After high school, I went on to college while Eddie trained for the NYPD, following in his dad’s footsteps. The tug of music was too great, however, and he dropped the police force to pursue music in California. There Eddie fell into the world of drugging and almost died.
Eddie slowly returned to music, but his voice was never the same. That sweet tenor of his childhood was displaced with a raspy sound that was perfect for his later songs.
I didn’t see my childhood friend again until 2009, when the Dix Hills Performing Arts Center produced a musical, “Two Tickets to Paradise,” based on Eddie’s early life. After the show, he signed autographs, and I stood in line to say “Hello.” We only had a few minutes to catch up as a line of autograph seekers followed, but it was immediately apparent how fondly Eddie thought of Plainedge and our childhoods growing up in the innocence of a simpler time.
I reminisce about the childhood friends who have touched my life, leaving an indelible impression, and I lament the loss of some way too soon.
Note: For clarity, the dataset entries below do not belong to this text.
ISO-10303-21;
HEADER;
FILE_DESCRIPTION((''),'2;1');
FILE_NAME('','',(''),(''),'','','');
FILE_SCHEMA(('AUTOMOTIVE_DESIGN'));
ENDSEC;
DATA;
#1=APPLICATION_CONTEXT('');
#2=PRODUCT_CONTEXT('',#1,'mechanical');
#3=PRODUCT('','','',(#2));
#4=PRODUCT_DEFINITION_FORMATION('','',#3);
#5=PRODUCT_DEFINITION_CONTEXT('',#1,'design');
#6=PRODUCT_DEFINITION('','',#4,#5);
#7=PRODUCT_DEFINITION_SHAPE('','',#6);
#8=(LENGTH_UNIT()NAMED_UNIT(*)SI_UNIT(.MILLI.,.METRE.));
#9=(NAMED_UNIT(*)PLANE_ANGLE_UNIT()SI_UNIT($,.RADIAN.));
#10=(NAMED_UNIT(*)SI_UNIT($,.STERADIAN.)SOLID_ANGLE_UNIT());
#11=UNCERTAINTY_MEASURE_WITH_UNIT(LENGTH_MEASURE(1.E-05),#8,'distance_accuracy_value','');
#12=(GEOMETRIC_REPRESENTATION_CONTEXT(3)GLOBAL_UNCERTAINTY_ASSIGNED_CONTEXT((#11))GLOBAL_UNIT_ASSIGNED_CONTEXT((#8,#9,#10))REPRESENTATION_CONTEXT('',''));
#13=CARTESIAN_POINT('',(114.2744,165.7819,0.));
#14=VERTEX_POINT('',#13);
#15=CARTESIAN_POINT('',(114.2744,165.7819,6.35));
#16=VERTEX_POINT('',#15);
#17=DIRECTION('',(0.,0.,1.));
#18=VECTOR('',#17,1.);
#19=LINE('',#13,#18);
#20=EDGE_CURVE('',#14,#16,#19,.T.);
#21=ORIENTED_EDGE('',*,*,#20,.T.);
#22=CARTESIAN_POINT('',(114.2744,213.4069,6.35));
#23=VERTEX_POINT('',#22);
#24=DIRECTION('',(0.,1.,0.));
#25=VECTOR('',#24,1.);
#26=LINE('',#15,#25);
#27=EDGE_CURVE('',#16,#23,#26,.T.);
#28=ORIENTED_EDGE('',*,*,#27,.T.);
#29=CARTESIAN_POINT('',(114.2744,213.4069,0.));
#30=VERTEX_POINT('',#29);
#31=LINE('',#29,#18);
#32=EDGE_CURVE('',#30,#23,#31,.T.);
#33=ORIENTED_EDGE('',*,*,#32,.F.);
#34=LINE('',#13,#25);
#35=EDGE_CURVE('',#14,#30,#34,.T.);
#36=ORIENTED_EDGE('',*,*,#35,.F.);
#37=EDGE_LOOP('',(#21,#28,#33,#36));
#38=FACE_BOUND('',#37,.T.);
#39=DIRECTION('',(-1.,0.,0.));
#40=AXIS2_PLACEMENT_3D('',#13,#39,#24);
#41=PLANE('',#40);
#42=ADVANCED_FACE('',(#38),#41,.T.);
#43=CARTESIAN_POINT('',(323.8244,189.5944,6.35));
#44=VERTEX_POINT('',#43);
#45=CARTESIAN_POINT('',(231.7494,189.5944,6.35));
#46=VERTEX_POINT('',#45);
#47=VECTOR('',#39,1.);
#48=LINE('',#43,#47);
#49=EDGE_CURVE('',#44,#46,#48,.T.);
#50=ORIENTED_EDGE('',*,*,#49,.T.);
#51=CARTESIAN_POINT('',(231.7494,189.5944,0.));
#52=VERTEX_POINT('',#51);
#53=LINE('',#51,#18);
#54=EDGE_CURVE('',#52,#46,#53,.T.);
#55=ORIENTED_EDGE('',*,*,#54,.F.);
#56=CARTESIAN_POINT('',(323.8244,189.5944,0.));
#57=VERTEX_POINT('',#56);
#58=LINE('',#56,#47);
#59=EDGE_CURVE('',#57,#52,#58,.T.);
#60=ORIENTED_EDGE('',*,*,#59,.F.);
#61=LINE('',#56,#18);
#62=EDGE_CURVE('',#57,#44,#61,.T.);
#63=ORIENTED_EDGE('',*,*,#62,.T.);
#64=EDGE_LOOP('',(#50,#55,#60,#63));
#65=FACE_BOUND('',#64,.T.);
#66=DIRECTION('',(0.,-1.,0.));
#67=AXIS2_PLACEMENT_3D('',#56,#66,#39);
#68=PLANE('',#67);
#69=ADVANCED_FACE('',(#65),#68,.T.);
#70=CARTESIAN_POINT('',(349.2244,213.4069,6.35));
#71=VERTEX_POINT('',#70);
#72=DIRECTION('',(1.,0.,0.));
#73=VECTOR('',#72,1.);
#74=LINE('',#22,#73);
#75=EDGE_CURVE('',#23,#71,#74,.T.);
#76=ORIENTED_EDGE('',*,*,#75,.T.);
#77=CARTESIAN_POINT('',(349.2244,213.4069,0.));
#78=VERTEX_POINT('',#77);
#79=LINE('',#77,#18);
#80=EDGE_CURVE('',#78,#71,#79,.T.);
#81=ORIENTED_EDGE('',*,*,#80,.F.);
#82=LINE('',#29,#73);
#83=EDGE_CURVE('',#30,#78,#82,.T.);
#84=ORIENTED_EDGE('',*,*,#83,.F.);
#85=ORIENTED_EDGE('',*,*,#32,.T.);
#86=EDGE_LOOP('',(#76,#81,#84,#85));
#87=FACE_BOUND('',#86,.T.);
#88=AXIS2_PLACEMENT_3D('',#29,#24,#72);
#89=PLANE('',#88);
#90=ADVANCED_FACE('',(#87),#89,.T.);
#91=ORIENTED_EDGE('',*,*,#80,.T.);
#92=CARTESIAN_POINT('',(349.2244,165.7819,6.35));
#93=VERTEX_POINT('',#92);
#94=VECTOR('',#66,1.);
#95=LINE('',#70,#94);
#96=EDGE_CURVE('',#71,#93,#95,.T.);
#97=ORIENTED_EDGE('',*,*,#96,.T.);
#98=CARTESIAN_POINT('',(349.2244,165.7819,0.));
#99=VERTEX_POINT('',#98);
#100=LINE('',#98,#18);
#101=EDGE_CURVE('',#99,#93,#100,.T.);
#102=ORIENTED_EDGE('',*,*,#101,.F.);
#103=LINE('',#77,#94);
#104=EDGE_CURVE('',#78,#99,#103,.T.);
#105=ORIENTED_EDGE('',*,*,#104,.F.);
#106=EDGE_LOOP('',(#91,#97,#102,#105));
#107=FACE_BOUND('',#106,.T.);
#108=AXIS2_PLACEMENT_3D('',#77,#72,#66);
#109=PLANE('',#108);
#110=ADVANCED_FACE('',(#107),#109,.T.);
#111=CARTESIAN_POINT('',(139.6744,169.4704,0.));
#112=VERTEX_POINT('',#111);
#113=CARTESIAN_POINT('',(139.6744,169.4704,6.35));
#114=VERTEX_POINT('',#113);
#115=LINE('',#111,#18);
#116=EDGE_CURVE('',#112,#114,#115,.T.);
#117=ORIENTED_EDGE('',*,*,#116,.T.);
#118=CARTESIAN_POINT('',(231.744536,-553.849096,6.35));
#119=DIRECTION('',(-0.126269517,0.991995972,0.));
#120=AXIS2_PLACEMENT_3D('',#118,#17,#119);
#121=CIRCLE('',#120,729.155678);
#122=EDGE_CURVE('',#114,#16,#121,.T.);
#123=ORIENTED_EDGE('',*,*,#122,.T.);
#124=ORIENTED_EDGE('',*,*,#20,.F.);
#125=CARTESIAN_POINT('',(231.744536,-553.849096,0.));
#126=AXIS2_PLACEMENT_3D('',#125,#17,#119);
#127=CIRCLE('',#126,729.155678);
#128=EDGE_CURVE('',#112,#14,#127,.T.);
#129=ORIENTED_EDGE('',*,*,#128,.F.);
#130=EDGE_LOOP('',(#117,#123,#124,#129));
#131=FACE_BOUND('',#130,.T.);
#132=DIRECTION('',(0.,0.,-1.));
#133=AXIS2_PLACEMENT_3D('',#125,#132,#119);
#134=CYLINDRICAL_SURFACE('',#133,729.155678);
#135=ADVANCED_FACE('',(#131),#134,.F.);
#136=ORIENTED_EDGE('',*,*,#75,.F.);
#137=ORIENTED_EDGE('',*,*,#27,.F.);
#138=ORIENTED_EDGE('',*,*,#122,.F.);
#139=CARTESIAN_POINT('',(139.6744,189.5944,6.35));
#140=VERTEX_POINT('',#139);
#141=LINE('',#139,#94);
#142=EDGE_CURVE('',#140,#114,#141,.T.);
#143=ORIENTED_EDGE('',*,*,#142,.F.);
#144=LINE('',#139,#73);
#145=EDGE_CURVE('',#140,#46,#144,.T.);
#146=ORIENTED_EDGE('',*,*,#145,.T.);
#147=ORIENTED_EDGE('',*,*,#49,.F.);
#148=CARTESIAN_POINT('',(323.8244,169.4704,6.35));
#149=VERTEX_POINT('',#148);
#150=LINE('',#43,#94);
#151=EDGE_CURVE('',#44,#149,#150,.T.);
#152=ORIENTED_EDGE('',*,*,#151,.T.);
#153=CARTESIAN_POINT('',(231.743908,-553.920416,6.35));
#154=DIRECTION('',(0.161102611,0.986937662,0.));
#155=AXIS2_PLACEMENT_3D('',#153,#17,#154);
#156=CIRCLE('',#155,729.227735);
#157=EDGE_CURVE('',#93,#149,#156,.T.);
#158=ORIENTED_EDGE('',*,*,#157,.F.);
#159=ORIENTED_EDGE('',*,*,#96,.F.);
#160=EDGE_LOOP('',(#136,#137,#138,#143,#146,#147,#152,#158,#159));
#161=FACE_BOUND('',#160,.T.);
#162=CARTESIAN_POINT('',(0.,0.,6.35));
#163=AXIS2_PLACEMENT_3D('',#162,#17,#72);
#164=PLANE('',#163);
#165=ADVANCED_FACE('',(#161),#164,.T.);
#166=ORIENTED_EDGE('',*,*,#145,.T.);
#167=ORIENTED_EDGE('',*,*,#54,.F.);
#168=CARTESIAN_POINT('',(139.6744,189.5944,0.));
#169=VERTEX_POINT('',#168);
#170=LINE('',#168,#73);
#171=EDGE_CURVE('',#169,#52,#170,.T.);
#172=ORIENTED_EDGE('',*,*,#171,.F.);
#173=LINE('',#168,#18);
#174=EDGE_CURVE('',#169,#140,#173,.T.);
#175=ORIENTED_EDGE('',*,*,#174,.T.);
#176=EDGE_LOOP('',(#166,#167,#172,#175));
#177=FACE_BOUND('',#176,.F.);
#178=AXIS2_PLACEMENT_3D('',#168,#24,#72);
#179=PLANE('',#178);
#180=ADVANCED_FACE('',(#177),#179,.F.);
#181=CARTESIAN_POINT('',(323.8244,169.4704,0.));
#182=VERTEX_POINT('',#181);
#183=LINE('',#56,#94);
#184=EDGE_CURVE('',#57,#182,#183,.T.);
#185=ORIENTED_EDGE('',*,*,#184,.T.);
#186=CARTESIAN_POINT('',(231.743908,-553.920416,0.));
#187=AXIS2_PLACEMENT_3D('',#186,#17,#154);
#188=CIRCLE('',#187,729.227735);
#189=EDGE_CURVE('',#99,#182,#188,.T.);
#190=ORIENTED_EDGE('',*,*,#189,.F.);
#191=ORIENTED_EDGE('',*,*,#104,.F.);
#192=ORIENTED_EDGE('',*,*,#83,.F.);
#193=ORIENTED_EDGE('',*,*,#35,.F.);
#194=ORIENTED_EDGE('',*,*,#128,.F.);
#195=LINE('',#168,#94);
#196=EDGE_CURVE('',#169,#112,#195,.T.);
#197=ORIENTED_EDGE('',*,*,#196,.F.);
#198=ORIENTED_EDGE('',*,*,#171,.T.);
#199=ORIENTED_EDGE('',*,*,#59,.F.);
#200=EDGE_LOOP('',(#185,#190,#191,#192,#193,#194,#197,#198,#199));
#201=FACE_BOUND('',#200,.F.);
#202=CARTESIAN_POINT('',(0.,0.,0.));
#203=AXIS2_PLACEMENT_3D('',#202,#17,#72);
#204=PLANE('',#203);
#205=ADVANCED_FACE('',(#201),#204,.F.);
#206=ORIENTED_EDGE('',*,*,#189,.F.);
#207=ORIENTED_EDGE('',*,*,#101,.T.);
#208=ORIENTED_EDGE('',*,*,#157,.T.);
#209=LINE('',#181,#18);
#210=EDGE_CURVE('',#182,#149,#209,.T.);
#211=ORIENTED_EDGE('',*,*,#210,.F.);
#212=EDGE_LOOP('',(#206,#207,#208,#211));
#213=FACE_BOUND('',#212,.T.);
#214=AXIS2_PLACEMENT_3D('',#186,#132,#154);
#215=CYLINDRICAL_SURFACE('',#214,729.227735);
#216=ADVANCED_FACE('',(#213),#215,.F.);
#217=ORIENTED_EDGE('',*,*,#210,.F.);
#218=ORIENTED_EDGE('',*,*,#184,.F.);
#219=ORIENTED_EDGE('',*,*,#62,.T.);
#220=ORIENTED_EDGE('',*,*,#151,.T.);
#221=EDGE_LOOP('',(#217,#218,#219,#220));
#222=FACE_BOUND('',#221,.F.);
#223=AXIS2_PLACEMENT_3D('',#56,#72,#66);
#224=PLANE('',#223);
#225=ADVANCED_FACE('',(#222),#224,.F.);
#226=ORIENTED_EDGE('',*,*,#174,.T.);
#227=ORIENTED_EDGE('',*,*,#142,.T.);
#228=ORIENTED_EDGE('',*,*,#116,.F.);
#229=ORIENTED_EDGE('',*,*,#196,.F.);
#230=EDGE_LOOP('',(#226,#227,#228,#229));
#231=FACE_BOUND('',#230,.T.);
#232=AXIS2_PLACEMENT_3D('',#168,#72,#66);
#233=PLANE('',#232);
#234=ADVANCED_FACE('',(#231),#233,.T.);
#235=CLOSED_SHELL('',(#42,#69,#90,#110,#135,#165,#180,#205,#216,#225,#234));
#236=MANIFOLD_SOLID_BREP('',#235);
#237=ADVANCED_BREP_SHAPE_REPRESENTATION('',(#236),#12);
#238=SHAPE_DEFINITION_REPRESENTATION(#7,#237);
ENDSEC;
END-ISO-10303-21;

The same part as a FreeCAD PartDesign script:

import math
import FreeCAD as App
import Part
import Sketcher
from FreeCAD import Vector
Q = App.Units.Quantity

doc = App.newDocument("Part")
body = doc.addObject("PartDesign::Body", "Body")

# Sketch on XY plane
sketch1 = body.newObject("Sketcher::SketchObject", "Sketch")
sketch1.AttachmentSupport = (doc.getObject("XY_Plane"), [""])
sketch1.MapMode = "FlatFace"
sketch1.addGeometry(Part.LineSegment(Vector(114, 213, 0), Vector(114, 166, 0)), False)
sketch1.addGeometry(Part.ArcOfCircle(Part.Circle(Vector(232, -554, 0), Vector(0, 0, 1), 729), math.radians(97.25), math.radians(99.27)), False)
sketch1.addGeometry(Part.LineSegment(Vector(140, 169, 0), Vector(140, 190, 0)), False)
sketch1.addGeometry(Part.LineSegment(Vector(140, 190, 0), Vector(324, 190, 0)), False)
sketch1.addGeometry(Part.LineSegment(Vector(324, 190, 0), Vector(324, 169, 0)), False)
sketch1.addGeometry(Part.ArcOfCircle(Part.Circle(Vector(232, -554, 0), Vector(0, 0, 1), 729), math.radians(80.73), math.radians(82.75)), False)
sketch1.addGeometry(Part.LineSegment(Vector(349, 166, 0), Vector(349, 213, 0)), False)
sketch1.addGeometry(Part.LineSegment(Vector(349, 213, 0), Vector(114, 213, 0)), False)
sketch1.addConstraint(Sketcher.Constraint("Coincident", 0, 2, 1, 2))
sketch1.addConstraint(Sketcher.Constraint("Coincident", 1, 1, 2, 1))
sketch1.addConstraint(Sketcher.Constraint("Coincident", 2, 2, 3, 1))
sketch1.addConstraint(Sketcher.Constraint("Coincident", 3, 2, 4, 1))
sketch1.addConstraint(Sketcher.Constraint("Coincident", 4, 2, 5, 2))
sketch1.addConstraint(Sketcher.Constraint("Coincident", 5, 1, 6, 1))
sketch1.addConstraint(Sketcher.Constraint("Coincident", 6, 2, 7, 1))
sketch1.addConstraint(Sketcher.Constraint("Coincident", 7, 2, 0, 1))
sketch1.addConstraint(Sketcher.Constraint("Vertical", 0))
sketch1.addConstraint(Sketcher.Constraint("Vertical", 2))
sketch1.addConstraint(Sketcher.Constraint("Horizontal", 3))
sketch1.addConstraint(Sketcher.Constraint("Vertical", 4))
sketch1.addConstraint(Sketcher.Constraint("Vertical", 6))
sketch1.addConstraint(Sketcher.Constraint("Horizontal", 7))
sketch1.addConstraint(Sketcher.Constraint("Horizontal", 1, 1, 4, 2))
sketch1.addConstraint(Sketcher.Constraint("Equal", 0, 6))
sketch1.addConstraint(Sketcher.Constraint("DistanceX", 0, 2, 2, 2, Q("1 in")))
sketch1.addConstraint(Sketcher.Constraint("DistanceX", 3, 2, 6, 2, Q("1 in")))
sketch1.addConstraint(Sketcher.Constraint("DistanceX", 3, 1, 3, 2, Q("7.25 in")))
Our dear friend, Mary, who introduced me to Eddie, died a few years ago.
I imagine that when Eddie walked into the light of Heaven, he was greeted by his loving parents then welcomed by my mom before bumping into Mary. They probably searched out a heavenly streetlight where they are singing their hearts out. One day, I will join them. Then we will be the trio again, filling the air with dulcet tones.